In this work, we design a new class of fully discrete Lagrangian–Eulerian schemes on triangular grids to approximate nonlinear multidimensional initial value problems for scalar models and multidimensional systems of conservation. The numerical approach is based on the improved concept of multidimensional no-flow curves. We also provide a convergence proof towards the entropy solution to the scalar problem \(u_{t}(t,{\textbf{x}})+\)div\( ({\textbf{f}}(u(t,{\textbf{x}})))=0\), with \(u_{0} \in L^{\infty }({\mathbb {R}}^{2})\), which is analyzed in the effective setting of the properties of uniqueness and regularity of the entropy process solutions in the \(L_{t}^{\infty }(L_{{\textbf{x}}}^{1})\)-norm and linked to the entropy measure-valued solutions. Additionally, we obtain optimal a priori error estimates as \({\mathcal {O}}(h^{\frac{1}{2}})\) on equilateral triangular meshes. In the general context of multidimensional hyperbolic systems of conservation laws, we show that the Lagrangian–Eulerian scheme on triangular grids also satisfies the positivity principle proposed by Lax and Liu (J Comput Phys 5(2):133–156, 1996; J Comput Phys 187:428–440, 2003) and a type of weak positivity principle. We found a connection (given in the “Appendix”) between the notion of no-flow curves (viewed as a vector field with locally bounded \(\Gamma ^{M}{-}variation\)) and the results of Bressan in the context of (local) existence and continuous dependence for discontinuous O.D.E.’s as introduced in Bressan (Proc Am Math Soc 104(3):772–778, 1988) and Bressan and Colombo (Boll Un Mat Ital 4(2):295–311, 1990). We present numerical solutions for nontrivial 2D hyperbolic problems, e.g., 4 by 4 compressible Euler equations (Double Mach Reflection problem and Mach 3 wind tunnel flow), a nonclassical 2 by 2 three-phase flow system of nonstrictly hyperbolic conservation laws (with a resonance/umbilic point), and the 3 by 3 shallow-water system (with and without bottom topography), and also 8 by 8 Orszag-Tang vortex system in magnetohydrodynamics.

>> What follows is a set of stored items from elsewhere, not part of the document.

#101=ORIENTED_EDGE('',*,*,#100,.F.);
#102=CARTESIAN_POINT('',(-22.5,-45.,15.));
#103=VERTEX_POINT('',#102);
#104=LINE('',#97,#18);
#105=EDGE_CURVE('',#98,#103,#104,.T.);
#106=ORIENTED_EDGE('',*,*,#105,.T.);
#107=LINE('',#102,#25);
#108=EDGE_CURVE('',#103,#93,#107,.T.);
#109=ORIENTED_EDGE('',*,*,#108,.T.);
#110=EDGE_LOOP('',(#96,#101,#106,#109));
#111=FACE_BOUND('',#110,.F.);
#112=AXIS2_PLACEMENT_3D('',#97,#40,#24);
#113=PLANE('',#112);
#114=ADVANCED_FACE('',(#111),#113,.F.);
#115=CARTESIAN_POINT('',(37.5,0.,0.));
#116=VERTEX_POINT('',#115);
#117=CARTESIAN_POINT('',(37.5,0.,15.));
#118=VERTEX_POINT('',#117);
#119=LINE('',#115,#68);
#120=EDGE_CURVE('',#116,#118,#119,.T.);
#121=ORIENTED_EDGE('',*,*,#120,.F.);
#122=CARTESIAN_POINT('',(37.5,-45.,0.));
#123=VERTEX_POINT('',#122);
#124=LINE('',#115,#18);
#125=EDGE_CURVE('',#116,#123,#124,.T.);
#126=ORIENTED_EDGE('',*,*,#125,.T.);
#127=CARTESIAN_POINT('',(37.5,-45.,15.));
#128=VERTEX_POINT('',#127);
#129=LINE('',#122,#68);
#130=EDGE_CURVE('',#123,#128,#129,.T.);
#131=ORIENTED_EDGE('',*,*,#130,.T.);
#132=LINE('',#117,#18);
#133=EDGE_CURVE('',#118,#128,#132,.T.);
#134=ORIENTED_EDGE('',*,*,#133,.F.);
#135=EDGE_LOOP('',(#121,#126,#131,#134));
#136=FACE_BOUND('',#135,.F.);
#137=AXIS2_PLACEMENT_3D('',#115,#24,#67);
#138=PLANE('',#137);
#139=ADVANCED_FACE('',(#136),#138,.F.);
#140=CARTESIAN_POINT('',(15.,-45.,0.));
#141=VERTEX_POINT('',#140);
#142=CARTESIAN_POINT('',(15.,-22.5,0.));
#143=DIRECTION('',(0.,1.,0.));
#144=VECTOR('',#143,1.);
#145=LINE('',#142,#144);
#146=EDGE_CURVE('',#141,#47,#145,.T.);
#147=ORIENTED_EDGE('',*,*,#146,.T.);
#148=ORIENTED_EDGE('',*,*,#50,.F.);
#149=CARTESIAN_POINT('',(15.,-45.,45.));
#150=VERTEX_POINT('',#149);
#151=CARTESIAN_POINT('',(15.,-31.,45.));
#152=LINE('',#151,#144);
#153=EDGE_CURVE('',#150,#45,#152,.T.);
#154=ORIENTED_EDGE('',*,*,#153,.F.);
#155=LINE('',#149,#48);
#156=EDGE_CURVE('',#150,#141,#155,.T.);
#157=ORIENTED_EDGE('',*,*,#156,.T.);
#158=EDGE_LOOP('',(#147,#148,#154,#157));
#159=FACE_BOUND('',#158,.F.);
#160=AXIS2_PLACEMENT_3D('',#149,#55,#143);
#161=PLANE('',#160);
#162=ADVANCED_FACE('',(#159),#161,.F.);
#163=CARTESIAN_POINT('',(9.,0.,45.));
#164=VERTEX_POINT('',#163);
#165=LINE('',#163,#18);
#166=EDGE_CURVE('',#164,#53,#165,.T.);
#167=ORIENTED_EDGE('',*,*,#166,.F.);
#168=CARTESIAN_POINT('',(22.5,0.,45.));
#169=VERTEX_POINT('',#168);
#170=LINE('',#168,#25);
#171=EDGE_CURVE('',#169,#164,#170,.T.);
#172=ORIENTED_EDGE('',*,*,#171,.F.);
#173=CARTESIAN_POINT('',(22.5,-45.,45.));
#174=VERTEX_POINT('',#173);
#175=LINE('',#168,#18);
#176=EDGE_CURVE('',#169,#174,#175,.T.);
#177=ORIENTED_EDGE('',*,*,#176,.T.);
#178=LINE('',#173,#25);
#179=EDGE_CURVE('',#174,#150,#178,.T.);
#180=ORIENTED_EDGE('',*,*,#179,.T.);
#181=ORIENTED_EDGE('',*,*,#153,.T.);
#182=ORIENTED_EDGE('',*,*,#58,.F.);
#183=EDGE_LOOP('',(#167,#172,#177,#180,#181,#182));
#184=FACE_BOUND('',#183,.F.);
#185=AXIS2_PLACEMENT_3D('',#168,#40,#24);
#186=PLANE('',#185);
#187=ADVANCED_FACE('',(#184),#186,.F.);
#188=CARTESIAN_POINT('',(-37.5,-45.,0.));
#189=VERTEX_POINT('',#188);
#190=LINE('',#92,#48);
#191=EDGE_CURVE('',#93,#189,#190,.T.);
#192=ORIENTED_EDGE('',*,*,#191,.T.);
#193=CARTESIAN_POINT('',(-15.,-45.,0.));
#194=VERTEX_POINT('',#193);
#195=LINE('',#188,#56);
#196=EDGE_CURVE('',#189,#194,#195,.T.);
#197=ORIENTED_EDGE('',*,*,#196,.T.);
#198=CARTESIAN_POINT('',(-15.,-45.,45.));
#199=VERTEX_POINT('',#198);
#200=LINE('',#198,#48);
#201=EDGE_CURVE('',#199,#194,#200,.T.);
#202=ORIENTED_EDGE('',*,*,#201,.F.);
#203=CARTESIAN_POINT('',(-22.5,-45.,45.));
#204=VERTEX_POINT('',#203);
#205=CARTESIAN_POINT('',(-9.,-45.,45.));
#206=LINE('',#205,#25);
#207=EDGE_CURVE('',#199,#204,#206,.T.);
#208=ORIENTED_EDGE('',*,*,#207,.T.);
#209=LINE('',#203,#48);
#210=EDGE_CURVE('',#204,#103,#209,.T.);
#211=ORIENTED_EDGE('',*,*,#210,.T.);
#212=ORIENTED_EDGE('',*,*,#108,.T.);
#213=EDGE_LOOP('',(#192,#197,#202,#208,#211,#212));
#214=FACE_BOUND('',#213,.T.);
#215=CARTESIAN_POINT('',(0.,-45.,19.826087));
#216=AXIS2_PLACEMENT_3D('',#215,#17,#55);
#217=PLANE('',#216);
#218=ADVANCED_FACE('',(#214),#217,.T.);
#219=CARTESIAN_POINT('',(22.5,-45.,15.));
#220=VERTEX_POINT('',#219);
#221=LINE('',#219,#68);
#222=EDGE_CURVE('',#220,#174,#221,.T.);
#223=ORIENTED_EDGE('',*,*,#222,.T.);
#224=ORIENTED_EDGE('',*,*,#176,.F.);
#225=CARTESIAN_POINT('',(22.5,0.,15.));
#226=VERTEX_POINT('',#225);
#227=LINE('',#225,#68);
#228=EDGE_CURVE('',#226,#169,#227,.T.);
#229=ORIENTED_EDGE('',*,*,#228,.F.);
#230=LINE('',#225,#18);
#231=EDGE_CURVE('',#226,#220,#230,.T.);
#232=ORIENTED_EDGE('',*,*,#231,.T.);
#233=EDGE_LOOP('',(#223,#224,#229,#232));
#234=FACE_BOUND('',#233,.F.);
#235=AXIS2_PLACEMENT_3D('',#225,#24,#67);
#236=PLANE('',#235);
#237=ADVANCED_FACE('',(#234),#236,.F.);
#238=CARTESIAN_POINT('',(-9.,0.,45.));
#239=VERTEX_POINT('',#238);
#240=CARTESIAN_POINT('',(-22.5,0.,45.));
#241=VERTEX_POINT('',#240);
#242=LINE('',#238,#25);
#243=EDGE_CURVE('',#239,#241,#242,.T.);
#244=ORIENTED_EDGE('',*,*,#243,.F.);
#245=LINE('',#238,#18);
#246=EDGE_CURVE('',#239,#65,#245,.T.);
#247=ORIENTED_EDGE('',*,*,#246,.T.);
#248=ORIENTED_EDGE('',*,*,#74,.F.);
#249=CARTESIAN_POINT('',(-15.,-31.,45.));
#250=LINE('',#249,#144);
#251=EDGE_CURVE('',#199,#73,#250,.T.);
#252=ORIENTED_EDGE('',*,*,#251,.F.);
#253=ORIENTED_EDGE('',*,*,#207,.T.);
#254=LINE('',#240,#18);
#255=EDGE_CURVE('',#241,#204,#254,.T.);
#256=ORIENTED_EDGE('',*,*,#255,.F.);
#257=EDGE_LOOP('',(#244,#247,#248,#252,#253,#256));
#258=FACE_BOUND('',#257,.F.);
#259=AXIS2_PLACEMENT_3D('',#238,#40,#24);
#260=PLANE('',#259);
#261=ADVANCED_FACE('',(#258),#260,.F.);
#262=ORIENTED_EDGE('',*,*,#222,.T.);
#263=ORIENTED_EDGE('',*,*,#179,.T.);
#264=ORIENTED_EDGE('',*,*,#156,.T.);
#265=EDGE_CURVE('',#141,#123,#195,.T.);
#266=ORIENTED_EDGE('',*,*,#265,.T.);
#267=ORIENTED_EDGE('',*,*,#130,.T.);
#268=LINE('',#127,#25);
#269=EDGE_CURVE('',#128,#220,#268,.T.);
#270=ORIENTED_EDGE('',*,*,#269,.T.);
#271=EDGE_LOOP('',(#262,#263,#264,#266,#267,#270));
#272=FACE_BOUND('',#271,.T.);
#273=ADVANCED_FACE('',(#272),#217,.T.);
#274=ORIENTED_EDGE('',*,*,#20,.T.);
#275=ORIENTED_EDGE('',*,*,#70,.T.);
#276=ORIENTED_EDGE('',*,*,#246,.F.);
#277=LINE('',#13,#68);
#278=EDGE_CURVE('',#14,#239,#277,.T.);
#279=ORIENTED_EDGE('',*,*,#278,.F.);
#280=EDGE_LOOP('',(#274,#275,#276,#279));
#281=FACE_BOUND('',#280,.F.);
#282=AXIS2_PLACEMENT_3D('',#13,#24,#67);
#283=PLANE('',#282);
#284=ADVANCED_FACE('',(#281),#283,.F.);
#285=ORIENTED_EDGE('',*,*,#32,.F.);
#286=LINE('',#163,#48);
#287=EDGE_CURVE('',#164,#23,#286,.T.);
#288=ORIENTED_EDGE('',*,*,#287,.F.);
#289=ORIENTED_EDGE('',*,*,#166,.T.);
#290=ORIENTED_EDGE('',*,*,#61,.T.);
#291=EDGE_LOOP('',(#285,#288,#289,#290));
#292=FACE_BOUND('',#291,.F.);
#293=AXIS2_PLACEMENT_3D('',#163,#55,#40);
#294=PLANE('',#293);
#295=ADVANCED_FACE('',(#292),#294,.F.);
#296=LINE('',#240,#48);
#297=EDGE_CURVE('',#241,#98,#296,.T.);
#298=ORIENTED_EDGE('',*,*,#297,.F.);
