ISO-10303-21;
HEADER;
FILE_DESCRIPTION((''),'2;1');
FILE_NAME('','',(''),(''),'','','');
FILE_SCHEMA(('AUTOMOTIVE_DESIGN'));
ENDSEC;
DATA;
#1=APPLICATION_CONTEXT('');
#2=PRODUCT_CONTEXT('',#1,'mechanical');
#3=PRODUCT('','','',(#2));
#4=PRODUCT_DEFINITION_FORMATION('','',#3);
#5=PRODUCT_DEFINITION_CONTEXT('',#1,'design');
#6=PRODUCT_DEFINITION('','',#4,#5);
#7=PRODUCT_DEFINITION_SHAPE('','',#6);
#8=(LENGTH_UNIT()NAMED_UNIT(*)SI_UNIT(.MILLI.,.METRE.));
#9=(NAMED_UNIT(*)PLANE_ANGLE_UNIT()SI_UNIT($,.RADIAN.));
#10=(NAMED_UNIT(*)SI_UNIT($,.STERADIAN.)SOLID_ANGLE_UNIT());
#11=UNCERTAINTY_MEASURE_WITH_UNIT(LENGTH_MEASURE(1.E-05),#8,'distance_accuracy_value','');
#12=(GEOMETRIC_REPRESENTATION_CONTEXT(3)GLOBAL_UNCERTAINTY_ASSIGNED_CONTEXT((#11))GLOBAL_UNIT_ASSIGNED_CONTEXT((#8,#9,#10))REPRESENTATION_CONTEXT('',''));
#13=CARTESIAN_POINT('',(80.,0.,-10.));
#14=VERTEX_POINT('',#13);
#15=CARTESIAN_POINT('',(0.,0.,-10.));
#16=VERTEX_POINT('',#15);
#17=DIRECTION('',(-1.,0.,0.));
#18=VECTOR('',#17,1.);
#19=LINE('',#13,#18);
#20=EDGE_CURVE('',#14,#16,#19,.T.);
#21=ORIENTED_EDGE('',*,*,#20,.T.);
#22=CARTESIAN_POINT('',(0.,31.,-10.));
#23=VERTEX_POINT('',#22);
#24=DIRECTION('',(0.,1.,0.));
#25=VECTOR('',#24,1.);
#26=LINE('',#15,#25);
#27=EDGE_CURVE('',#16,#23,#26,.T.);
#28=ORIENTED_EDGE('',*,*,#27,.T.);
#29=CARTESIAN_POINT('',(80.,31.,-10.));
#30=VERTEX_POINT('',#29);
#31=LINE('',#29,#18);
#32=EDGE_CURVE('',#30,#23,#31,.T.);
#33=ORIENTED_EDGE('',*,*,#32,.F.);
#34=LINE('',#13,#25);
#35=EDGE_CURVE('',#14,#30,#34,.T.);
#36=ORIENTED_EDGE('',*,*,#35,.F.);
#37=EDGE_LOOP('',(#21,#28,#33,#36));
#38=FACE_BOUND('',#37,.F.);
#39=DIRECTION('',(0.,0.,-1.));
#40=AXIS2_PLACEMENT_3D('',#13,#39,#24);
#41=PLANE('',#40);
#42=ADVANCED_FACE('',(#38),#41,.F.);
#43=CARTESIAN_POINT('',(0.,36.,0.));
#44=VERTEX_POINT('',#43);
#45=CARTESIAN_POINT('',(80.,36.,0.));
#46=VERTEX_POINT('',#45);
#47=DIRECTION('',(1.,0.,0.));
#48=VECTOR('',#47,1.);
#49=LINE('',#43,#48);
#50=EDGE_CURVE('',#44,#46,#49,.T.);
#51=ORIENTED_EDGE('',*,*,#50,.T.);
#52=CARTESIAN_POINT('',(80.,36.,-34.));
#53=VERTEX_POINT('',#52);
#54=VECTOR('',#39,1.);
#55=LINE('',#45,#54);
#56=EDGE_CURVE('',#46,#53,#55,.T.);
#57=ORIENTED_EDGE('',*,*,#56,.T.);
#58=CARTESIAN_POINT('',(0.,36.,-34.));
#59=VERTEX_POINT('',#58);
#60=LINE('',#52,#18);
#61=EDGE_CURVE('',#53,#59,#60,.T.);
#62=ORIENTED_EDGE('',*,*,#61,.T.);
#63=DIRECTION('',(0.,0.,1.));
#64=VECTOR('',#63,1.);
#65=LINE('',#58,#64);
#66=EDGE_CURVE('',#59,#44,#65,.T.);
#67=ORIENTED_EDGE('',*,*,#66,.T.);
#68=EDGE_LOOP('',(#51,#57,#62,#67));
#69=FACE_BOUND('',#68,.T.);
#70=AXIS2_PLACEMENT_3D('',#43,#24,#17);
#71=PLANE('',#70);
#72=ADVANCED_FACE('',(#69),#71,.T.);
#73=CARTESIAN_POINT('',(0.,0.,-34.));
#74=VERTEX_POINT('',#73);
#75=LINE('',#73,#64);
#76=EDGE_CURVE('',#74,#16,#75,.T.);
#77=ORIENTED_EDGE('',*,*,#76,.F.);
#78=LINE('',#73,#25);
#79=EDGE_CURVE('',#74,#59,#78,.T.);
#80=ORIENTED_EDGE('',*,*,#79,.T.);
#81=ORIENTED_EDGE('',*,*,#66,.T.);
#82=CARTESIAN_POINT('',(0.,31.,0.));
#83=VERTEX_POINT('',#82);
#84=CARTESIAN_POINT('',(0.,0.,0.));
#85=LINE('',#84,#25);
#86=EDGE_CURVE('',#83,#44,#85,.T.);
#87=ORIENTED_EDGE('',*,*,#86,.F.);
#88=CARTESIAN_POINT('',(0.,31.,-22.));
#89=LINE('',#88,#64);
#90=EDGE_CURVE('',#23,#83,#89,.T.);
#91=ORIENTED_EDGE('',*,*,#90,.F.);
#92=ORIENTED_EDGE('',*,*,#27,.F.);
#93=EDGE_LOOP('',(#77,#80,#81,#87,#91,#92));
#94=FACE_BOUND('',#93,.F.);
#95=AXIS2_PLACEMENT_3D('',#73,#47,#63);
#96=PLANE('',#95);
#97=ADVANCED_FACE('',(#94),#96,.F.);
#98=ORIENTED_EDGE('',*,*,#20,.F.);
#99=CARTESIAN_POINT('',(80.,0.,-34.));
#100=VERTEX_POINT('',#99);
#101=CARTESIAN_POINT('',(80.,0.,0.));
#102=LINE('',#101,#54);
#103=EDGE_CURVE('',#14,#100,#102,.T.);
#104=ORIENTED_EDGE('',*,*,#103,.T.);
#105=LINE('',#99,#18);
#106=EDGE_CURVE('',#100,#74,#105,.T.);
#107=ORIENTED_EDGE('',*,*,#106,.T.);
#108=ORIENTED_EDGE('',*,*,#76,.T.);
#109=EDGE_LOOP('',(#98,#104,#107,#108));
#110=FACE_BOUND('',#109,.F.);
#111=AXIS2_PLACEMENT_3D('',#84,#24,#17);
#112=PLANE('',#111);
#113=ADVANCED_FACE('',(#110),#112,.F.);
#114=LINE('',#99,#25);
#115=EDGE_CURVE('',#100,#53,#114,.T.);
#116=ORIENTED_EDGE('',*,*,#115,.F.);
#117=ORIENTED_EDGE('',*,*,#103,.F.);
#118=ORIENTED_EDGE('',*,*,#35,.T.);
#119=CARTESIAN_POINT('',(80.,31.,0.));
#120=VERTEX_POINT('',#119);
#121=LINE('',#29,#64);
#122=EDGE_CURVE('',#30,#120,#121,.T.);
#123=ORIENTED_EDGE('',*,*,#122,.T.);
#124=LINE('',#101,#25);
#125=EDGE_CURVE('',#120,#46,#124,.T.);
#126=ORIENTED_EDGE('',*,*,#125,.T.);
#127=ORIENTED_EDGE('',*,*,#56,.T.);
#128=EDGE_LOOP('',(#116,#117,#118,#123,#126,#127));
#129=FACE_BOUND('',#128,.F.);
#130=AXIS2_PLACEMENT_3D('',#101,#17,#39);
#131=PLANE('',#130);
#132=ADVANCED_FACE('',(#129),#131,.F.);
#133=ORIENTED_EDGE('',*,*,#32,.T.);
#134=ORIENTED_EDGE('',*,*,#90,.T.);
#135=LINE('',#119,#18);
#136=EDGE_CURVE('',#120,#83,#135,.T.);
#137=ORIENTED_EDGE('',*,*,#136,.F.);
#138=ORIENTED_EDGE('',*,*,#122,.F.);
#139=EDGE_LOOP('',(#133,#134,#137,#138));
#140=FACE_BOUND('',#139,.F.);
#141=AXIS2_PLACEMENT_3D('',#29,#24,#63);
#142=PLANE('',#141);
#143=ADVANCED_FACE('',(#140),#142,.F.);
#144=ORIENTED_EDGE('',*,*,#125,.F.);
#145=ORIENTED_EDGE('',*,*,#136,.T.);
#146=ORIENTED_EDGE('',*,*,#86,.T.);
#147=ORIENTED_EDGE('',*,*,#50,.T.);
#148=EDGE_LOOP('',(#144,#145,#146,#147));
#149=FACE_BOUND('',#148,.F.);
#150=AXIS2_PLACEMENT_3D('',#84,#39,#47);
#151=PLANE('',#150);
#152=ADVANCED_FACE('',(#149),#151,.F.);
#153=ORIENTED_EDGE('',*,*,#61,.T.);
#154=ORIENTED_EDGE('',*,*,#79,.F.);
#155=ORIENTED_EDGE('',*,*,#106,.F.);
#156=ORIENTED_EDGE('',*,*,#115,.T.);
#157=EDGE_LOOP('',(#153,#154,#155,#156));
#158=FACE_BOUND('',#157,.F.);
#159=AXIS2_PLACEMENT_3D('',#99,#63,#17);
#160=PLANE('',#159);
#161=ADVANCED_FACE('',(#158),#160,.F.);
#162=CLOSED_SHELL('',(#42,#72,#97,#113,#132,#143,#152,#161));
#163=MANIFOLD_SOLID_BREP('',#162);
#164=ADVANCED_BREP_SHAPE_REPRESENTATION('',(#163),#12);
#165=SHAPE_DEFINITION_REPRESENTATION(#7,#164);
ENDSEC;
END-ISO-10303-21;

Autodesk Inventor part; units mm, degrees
ref_plane "YZ Plane" through (0, 0, 0) normal (1, 0, 0) x (0, 1, 0)
ref_plane "XZ Plane" through (0, 0, 0) normal (0, 1, 0) x (-1, 0, 0)
ref_plane "XY Plane" through (0, 0, 0) normal (0, 0, 1) x (1, 0, 0)
sketch "Sketch1" plane through (0, 0, 0) normal (0, 1, 0) x (-1, 0, 0)
  line L0 (0, 0) -> (-80, 0)
  line L1 (-80, 0) -> (-80, -34)
  line L2 (-80, -34) -> (0, -34)
  line L3 (0, -34) -> (0, 0)
  dimension "d0" = 80
  dimension "d1" = 34
extrude "Extrusion1" add sketch "Sketch1" along normal blind 36
sketch "Sketch2" plane through (80, 0, 0) normal (1, 0, 0) x (0, 0, -1)
  line L0 (0, 0) -> (34, 0) projected
  line L1 (34, 0) -> (34, 36) projected
  line L2 (0, 36) -> (34, 36) projected
  line L3 (0, 0) -> (0, 36) projected
  line L4 (0, 0) -> (10, 0)
  line L5 (10, 0) -> (10, 31)
  line L6 (10, 31) -> (0, 31)
  line L7 (0, 31) -> (0, 0)
  dimension "d4" = 5
  dimension "d5" = 24
extrude "Extrusion2" cut sketch "Sketch2" against normal through all contours L3 L6 L5 L0
properties part number "cushion"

Appendix A: Construction of No-Flow Curves Via Discontinuous O.D.E.’s

1.1 The Lagrangian–Eulerian Numerical Flux Function Based on the No-Flow Curves Free of (Exact and Approximate) Eigenvalues

Following [28], consider the 1D scalar initial value problem

$$\begin{aligned} \frac{\partial u}{\partial t}+ \frac{\partial H(u)}{\partial x} = 0, \quad x \in [a,b], \quad t > 0, \quad \quad \quad u(0,x) = u_0(x), \end{aligned}$$

(100)

where \(H \in C^{1}(\Omega )\), \(H:\Omega \rightarrow {\mathbb {R}}\), \(u_{0}(x) \in L^{\infty }([a,b])\) and \(u=u(t,x): \mathbb {R^+} \times {\mathbb {R}} \longrightarrow \ \Omega \subset {\mathbb {R}}.\)

As in [6,7,8,9, 18, 28, 29], we assume that \(\left[ \begin{array}{c} u \\ H(u) \end{array}\right] \cdot \vec {\textit{n}} = 0\) with oriented normal \(\vec {\textit{n}}\) from \(\nabla _{t,x} \cdot [u \,\,\, H(u)]^{\top }=0\) over the local space-time domain

$$\begin{aligned} D_j^{n,n+1}(t,x) = \{(t,x) \,\, | \,\, \sigma _j^n(t) \le x \le \sigma _{j+1}^n(t), \,\,t^n \le t \le t^{n+1}\}, \end{aligned}$$

(101)

and, applying the divergence theorem in Eq. (100), we obtain (with \(h_j^{n+1}={\overline{x}}_{j +1}^{n+1}-{\overline{x}}_{j}^{n+1}\))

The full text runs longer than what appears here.